32 Minn. 158 | Minn. | 1884
Defendant Hooper, administrator, with the will annexed, of the estate of D. A. Huntsman, filed his account in the probate court of Scott county, accompanied by his petition, setting forth that, from ill-health and advanced age, he felt himself unfit longer to serve, and praying that his account be allowed and settled, and that he be allowed to resign his trust, and that some suitable person be appointed to succeed Mm. The court made an order fixing a time and place for hearing this petition, of which due notice was given. Upon .the hearing the court made its decision in writing, in which, after stating the method of accounting adopted by it, and giving, in the form of an exhibit, (B,) a statement of moneys received and disbursed by the administrator, according to the computation adopted, which showed a balance of $10,247.80 in cash due from him to the estate, he added: “The result of this computation appears in Exhibit B, also annexed hereto and made part of this order, and the account of said administrator is hereby settled and adjusted, as shown by said exhibit,the final balance in his hands being $10,247.80.” Also: “The prayer of the administrator for leave to resign has not been contested, and sufficient reasons have been shown to the court why it should be granted. His resignation is hereby accepted.” Subsequently the court appointed the plaintiff administrator de bonis non, who, having qualified, demanded of his predecessor payment of four-fifths of this balance of $10,247.80, it being assumed that one of the legatees under the will, who had come of age, was entitled to receive the other one-fifth. Payment having been refused, plaintiff, having first obtained permission from the probate j udge, brought this action on the administration bond to recover the amount.

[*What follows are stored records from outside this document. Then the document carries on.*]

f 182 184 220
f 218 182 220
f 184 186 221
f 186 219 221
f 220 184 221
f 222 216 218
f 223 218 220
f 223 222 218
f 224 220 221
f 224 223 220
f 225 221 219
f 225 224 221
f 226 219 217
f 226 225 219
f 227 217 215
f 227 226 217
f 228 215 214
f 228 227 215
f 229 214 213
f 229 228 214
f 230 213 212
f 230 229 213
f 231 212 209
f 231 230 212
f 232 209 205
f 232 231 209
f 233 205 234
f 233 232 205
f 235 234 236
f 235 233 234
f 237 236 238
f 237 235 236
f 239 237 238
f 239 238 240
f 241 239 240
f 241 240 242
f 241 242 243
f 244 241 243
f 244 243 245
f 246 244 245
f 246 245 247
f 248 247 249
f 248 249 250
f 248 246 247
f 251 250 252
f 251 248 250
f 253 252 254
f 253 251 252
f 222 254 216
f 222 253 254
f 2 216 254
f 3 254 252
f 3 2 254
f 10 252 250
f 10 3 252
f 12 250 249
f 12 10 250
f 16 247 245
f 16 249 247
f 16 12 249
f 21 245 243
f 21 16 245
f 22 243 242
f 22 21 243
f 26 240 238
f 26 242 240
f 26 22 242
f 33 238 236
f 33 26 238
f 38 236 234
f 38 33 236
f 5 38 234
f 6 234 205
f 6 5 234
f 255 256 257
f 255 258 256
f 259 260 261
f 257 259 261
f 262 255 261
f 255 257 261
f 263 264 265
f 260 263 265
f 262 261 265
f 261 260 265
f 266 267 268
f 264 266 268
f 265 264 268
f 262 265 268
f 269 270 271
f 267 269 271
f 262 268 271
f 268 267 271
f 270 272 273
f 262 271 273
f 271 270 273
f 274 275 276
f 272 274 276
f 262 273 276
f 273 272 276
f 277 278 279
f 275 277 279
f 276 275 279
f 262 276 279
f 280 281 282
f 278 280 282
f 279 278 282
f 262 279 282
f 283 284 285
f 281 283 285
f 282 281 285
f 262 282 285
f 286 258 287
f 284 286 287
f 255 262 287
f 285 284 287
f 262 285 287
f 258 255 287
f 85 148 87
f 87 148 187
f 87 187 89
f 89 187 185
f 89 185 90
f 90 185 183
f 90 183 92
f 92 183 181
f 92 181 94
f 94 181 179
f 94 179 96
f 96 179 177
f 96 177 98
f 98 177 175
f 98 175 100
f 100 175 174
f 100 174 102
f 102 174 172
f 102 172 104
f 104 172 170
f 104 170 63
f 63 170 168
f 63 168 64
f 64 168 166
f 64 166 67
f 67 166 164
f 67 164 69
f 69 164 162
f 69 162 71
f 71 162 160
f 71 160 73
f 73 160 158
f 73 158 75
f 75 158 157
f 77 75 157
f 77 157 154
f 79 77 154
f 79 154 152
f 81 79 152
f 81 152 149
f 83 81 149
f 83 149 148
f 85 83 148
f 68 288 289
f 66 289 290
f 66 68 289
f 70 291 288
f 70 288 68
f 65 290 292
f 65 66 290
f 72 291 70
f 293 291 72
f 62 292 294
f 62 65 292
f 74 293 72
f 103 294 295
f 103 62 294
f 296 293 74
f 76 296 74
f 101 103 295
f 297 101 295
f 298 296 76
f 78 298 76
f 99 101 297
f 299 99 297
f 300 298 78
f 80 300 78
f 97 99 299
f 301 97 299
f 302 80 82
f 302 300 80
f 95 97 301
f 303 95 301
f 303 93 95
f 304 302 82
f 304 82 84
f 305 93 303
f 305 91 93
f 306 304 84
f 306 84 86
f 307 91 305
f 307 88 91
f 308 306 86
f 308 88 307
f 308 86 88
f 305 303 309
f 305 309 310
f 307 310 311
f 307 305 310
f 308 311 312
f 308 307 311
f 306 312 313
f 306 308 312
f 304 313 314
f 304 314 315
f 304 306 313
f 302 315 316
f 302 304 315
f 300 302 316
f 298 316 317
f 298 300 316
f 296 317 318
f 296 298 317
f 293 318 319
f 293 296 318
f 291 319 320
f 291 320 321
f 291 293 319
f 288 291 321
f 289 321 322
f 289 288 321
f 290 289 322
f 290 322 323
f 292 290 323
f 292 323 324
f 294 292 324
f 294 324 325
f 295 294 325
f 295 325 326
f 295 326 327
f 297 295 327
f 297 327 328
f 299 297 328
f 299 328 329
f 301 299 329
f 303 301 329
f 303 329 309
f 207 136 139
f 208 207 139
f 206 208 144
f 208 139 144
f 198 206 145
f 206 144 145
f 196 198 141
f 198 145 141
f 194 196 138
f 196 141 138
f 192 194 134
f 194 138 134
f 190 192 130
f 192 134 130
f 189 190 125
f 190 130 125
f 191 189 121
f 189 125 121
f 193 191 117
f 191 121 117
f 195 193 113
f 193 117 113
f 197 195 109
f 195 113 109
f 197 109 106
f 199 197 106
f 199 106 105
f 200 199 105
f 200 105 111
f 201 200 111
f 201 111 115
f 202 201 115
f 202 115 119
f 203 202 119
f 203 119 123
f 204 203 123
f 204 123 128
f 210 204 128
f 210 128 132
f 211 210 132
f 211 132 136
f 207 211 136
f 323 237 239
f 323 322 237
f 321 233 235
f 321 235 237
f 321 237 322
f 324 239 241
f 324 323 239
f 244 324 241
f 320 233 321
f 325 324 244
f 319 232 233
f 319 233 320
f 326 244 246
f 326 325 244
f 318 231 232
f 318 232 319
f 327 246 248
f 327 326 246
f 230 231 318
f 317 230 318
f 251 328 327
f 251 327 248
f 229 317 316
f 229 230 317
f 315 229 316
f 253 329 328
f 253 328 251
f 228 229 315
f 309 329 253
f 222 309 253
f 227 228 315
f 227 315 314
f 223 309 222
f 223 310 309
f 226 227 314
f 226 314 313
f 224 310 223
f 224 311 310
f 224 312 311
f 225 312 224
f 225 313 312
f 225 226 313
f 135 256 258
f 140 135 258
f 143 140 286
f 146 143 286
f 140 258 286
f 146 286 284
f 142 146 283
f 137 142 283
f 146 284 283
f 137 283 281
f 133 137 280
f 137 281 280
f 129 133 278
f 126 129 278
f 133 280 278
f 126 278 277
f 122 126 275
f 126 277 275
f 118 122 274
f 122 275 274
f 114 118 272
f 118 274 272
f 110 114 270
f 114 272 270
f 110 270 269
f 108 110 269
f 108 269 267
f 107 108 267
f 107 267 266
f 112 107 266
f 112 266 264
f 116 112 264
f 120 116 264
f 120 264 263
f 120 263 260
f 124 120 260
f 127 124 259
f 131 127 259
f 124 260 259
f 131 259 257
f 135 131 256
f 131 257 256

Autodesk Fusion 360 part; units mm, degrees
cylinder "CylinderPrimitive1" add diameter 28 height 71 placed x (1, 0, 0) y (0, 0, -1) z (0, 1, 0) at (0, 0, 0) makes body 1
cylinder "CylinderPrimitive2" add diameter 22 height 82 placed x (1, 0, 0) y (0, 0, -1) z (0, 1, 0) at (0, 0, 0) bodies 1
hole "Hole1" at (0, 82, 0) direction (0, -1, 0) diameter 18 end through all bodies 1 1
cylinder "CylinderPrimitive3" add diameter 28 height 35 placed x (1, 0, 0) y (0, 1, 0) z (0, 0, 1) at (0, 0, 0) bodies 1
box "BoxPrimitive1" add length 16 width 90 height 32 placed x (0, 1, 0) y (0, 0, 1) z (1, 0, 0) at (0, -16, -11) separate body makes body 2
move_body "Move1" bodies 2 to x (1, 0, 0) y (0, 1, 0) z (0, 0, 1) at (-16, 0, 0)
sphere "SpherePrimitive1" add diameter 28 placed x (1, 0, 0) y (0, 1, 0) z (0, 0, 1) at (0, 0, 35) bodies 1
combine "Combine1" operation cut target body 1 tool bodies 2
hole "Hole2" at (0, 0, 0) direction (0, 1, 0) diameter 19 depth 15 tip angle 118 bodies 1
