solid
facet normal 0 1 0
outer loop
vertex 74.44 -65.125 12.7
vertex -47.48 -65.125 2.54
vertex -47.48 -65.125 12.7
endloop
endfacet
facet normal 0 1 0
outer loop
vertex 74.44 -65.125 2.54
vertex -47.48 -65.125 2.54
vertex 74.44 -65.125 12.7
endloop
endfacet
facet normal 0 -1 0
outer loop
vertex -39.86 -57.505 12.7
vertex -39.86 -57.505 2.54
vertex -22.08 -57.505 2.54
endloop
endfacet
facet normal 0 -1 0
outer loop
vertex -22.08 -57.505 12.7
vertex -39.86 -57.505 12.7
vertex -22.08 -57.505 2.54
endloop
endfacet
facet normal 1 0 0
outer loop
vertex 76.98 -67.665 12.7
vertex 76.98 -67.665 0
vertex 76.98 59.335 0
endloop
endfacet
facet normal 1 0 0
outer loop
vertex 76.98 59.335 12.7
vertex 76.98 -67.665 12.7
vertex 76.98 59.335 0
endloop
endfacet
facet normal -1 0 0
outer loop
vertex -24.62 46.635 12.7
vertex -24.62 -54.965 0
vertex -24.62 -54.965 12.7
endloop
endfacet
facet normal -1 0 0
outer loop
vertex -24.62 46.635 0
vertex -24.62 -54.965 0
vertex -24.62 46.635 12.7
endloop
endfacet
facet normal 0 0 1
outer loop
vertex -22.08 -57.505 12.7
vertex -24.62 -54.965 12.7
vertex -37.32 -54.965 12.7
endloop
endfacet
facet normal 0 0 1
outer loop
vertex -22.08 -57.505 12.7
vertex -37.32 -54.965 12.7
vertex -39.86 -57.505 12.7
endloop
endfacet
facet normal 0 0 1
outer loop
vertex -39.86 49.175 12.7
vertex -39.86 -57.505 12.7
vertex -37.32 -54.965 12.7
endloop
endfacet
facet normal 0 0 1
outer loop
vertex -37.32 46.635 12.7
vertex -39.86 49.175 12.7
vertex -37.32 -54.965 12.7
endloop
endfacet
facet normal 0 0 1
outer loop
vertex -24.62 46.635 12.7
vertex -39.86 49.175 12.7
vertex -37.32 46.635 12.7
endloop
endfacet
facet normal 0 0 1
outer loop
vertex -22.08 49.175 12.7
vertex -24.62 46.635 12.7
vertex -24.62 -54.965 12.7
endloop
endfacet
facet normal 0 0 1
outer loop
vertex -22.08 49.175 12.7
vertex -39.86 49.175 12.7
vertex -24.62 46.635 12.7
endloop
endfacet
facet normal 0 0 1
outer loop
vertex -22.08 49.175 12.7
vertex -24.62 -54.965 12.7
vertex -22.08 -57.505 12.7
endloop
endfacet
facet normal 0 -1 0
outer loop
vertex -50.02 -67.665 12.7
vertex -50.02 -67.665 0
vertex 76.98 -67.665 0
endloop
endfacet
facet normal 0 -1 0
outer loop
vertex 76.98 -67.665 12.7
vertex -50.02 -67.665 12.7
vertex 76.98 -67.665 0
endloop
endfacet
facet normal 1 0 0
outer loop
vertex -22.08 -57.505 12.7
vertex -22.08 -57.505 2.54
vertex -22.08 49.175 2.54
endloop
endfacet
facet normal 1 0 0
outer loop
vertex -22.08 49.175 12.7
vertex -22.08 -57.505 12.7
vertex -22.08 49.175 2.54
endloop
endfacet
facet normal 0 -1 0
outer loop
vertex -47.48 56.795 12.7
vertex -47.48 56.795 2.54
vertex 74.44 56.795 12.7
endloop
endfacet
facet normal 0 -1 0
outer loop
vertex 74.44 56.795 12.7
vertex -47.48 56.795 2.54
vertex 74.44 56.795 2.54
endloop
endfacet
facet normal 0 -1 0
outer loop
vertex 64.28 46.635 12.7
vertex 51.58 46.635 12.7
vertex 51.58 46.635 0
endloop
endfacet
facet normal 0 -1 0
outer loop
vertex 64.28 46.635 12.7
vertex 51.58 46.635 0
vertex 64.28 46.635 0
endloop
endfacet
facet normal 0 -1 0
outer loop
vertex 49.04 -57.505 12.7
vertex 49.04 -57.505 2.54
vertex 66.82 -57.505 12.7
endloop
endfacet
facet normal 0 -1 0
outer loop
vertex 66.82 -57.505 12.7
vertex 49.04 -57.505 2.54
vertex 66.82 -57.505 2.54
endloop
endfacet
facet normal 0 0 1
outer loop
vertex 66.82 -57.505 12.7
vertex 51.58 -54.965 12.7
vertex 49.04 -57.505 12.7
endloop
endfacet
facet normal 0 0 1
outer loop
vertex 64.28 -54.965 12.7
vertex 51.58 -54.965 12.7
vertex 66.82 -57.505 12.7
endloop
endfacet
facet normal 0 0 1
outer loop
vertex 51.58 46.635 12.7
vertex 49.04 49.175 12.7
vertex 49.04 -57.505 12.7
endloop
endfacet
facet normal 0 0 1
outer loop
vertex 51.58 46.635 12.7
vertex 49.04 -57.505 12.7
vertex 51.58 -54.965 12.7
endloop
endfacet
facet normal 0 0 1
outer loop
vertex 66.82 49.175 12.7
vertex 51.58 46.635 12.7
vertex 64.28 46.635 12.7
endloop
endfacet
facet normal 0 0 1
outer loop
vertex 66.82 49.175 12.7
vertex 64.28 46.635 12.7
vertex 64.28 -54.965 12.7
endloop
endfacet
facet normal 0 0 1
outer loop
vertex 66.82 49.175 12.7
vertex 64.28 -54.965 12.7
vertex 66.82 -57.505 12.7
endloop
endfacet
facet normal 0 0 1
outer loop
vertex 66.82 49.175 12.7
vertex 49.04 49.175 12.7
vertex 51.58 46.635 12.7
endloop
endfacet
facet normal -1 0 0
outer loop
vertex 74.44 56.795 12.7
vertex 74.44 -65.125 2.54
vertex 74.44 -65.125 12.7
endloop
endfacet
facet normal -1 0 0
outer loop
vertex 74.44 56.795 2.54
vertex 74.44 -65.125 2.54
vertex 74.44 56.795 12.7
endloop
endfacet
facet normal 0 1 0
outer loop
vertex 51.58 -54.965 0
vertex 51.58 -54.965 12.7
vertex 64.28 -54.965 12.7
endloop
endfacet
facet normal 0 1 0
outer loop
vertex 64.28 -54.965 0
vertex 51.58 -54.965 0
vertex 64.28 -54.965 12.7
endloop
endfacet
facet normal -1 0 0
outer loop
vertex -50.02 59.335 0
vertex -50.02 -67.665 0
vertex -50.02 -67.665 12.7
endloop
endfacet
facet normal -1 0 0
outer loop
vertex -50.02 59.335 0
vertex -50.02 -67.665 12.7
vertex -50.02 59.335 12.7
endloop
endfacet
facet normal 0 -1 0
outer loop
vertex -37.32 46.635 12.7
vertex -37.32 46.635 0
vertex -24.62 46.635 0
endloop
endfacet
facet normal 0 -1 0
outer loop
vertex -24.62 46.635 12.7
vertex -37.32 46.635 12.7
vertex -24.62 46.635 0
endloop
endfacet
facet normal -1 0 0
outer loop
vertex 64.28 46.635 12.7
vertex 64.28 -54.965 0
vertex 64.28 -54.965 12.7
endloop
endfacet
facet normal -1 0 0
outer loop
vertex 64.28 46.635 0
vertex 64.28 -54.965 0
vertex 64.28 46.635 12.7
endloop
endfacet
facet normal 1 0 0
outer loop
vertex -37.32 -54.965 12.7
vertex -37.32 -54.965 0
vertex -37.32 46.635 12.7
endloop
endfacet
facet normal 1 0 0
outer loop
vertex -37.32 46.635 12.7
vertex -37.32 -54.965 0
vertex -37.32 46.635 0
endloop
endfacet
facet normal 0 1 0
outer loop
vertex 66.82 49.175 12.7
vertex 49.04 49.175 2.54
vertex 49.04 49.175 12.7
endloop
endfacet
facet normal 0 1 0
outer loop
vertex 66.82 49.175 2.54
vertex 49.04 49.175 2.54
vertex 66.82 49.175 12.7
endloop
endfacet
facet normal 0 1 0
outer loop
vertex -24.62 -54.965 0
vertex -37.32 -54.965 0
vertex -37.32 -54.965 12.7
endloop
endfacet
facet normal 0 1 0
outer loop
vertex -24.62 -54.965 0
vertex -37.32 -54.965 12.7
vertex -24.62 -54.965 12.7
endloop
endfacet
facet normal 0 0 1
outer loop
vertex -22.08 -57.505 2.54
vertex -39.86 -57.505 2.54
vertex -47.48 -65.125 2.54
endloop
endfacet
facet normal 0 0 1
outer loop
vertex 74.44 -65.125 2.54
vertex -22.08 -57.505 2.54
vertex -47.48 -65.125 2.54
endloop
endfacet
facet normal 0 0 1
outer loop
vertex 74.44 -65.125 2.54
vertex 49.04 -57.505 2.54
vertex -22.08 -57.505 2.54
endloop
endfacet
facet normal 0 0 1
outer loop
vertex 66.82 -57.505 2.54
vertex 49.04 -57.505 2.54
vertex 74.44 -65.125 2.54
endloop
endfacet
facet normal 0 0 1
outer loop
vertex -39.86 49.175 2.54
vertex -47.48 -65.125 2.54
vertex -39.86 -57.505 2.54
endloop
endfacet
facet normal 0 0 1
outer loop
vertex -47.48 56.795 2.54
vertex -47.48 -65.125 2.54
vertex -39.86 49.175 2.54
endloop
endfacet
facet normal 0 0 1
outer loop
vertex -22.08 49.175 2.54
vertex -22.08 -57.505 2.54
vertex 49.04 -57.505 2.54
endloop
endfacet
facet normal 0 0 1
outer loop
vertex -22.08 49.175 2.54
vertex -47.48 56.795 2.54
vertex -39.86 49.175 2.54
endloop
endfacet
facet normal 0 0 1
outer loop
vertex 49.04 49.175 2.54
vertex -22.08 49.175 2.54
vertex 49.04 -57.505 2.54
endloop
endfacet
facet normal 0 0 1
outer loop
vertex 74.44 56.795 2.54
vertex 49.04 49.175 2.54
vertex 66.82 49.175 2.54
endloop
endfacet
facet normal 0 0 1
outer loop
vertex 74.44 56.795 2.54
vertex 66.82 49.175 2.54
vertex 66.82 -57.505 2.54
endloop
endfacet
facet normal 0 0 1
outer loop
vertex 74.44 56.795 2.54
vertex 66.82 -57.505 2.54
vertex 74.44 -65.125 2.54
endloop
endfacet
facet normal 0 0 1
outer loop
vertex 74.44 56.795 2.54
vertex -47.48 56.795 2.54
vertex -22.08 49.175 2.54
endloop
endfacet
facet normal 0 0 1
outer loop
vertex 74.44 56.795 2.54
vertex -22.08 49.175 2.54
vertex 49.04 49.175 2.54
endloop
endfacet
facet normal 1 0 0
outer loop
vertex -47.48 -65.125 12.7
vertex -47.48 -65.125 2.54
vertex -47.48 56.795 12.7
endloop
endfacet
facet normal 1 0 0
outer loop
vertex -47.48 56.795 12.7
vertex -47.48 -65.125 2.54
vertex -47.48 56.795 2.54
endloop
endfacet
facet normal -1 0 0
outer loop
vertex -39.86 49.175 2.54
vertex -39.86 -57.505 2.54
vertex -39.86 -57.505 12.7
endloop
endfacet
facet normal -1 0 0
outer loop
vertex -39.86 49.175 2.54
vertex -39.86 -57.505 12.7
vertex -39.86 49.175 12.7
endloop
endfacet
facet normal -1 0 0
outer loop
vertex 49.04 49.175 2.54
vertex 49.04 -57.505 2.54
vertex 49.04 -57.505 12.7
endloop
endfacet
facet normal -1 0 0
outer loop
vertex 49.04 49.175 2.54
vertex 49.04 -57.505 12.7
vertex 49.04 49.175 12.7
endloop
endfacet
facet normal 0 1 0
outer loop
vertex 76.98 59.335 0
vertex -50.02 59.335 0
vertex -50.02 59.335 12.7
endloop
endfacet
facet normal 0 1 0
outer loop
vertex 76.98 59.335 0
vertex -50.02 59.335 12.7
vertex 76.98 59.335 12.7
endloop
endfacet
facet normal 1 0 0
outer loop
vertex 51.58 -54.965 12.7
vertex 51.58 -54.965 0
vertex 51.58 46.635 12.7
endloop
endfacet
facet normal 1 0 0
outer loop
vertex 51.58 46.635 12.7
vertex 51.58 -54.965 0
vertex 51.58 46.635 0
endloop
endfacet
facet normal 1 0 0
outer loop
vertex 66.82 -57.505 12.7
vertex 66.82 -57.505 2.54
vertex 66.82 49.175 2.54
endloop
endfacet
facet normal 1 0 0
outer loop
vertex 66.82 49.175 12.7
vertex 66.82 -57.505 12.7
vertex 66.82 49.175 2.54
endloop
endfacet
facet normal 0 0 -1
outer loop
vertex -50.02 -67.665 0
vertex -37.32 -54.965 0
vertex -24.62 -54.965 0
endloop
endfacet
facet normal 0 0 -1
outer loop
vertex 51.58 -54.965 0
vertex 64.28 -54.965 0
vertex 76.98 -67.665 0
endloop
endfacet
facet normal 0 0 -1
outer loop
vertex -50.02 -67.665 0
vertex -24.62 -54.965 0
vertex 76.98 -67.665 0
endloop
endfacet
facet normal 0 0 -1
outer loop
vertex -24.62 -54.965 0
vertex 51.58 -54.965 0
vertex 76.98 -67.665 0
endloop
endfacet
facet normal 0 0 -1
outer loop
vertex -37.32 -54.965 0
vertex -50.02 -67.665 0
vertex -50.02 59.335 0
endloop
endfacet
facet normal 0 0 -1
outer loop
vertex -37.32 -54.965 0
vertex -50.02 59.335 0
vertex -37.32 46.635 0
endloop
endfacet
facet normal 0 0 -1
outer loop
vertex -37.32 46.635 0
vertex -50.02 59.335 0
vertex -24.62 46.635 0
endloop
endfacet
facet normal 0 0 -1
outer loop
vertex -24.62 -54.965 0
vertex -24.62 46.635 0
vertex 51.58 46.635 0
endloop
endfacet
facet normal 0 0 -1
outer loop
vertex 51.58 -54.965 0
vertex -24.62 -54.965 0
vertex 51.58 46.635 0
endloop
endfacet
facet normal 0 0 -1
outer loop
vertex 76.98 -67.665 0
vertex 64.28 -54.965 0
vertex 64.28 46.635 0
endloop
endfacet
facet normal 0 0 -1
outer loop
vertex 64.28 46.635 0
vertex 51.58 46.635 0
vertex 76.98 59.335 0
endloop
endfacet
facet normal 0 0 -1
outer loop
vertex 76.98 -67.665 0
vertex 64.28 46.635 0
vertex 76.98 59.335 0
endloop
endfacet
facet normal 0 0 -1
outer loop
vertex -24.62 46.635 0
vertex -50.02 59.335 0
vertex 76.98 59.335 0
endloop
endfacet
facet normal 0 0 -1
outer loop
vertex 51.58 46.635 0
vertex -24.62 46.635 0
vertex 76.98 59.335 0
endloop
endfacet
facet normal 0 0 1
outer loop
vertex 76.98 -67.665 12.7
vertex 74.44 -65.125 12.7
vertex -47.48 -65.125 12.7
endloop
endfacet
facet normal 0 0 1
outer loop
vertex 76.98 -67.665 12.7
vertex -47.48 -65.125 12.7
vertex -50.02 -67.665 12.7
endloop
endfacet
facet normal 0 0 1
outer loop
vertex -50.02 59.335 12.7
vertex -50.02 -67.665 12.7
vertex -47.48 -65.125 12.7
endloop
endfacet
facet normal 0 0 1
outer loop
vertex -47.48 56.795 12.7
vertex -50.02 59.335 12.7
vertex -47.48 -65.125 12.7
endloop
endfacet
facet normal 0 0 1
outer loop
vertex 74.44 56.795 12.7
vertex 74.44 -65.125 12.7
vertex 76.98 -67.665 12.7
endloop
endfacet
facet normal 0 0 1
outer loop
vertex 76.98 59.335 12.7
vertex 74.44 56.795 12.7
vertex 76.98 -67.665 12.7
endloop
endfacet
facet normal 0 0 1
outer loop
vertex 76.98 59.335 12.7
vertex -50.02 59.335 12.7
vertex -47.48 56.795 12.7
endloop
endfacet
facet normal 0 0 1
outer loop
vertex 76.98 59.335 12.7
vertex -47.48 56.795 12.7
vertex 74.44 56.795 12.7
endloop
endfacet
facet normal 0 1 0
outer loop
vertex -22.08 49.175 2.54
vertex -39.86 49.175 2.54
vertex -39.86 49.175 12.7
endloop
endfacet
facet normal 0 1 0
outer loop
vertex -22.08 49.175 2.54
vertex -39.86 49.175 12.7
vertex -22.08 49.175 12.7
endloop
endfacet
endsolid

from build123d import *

# Parameters (mm, degrees)
F0_W     = 127
F0_H     = 127
F0_W_2   = 12.7
F0_H_2   = 101.6
F1_DEPTH = 12.7
F2_T     = -2.54


with BuildPart() as f1:
    # F0 (on Top) → F1 (new body)
    with BuildSketch(Plane.XY):
        with Locations((13.4799859107, -4.1653172493)):
            Rectangle(F0_W, F0_H)
        with Locations((-30.9700140893, -4.1653172493)):
            Rectangle(F0_W_2, F0_H_2, mode=Mode.SUBTRACT)
        with Locations((57.9299859107, -4.1653172493)):
            Rectangle(F0_W_2, F0_H_2, mode=Mode.SUBTRACT)
    extrude(amount=F1_DEPTH)

    # F2
    f2_openings = [f1.faces().sort_by_distance(p)[0] for p in [
        (13.479986, -4.165317, 12.7),
    ]]
    offset(amount=F2_T, openings=f2_openings, kind=Kind.INTERSECTION)


solid = f1.part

1. The first point made is that Hooper and not plaintiff is still administrator; that an acceptance of a resignation does not amount to a removal, and even if a resignation tendered with sufficient reasons would authorize the court to remove, it could only be done by order or judgment duly entered. Rumrill v. First Nat. Bank, 28 Minn. 202,
2. This balance was not money which Hooper had received in specie as assets of the estate, but the proceeds of assets which he had converted into money. And it is claimed that an administrator de bonis non, as such, is entitled to receive and administer such estate only as remains in specie; that when the former representative has converted assets into money, and what is called an “administration” has taken place, so that only the value can be recovered, the administrator de bonis non cannot maintain an action, the distributees or creditors being the only parties who would have this right. This was the old rule, at least where the former executor died in office. But
3. Must the action on the bond to recover this balance be brought in the name of the probate judge, or may it be brought, by permission of such judge, in the name of the administrator de bonis non? If the money, when recovered, is to go into his hands to be administered, there would seem to be no good reason, in the nature of things, why the latter course might not be permitted. Gen. St. 1878, c. 55, § 1, provides that all bonds required by law to be taken in or by order of the probate court, or judge of probate, in case of any breach of the conditions thereof, may be prosecuted in the name and for the benefit of any person interested therein, whenever the judge of probate directs. Section 6 of this chapter refers to actions by persons other than the probate judge. O’Gorman v. Lindeke, 26 Minn. 93. An administrator de bonis non is a party “interested in the estate,” and a person “aggrieved” if his predecessor fails on demand to pay over the balance in his hands due the estate. The fact that he is the party into whose hands the money is to go to be administered is conclusive on this point. Wiggin v. Swett, supra. We therefore conclude that this action was properly brought under section 6.
4. No previous order of the probate court requiring Hooper to pay over this balance was necessary. If the action had been brought by a creditor under section 3, or by the next of kin under section 4, such an order would have been essential. Wood v. Myrick, 16 Minn. 447, (494;) Waterman v. Millard, 22 Minn. 261. But we find nothing in the statutes requiring any order or decree directing an outgoing administrator to pay over the balance in his hands to his successor. Our statute undoubtedly contemplates and requires an order of distribution and payment before an administrator or executor can be deemed in default for not paying creditors, legatees, and next of kin. The reason for this is apparent. Payment to these is paying money out
5. There is no force in the suggestion that the failure of the probate court to appoint guardians ad litem for the infant legatees is fatal to the validity and conclusiveness of the judgment upon accounting. The statute does not require this. Gen. St. 1878, c. 54, § 14, and c. 59, § 47.
The reasoning of the opinion in the case of the Mousseau Will, 30 Minn. 202, is equally in point here. And, if this judgment or accounting was valid, we do not understand that its conclusiveness against the sureties is seriously controverted. See Brandt on Surety-ship, § 496.
Judgment affirmed.
Dickinson, J., because of illness, took no part in this decision.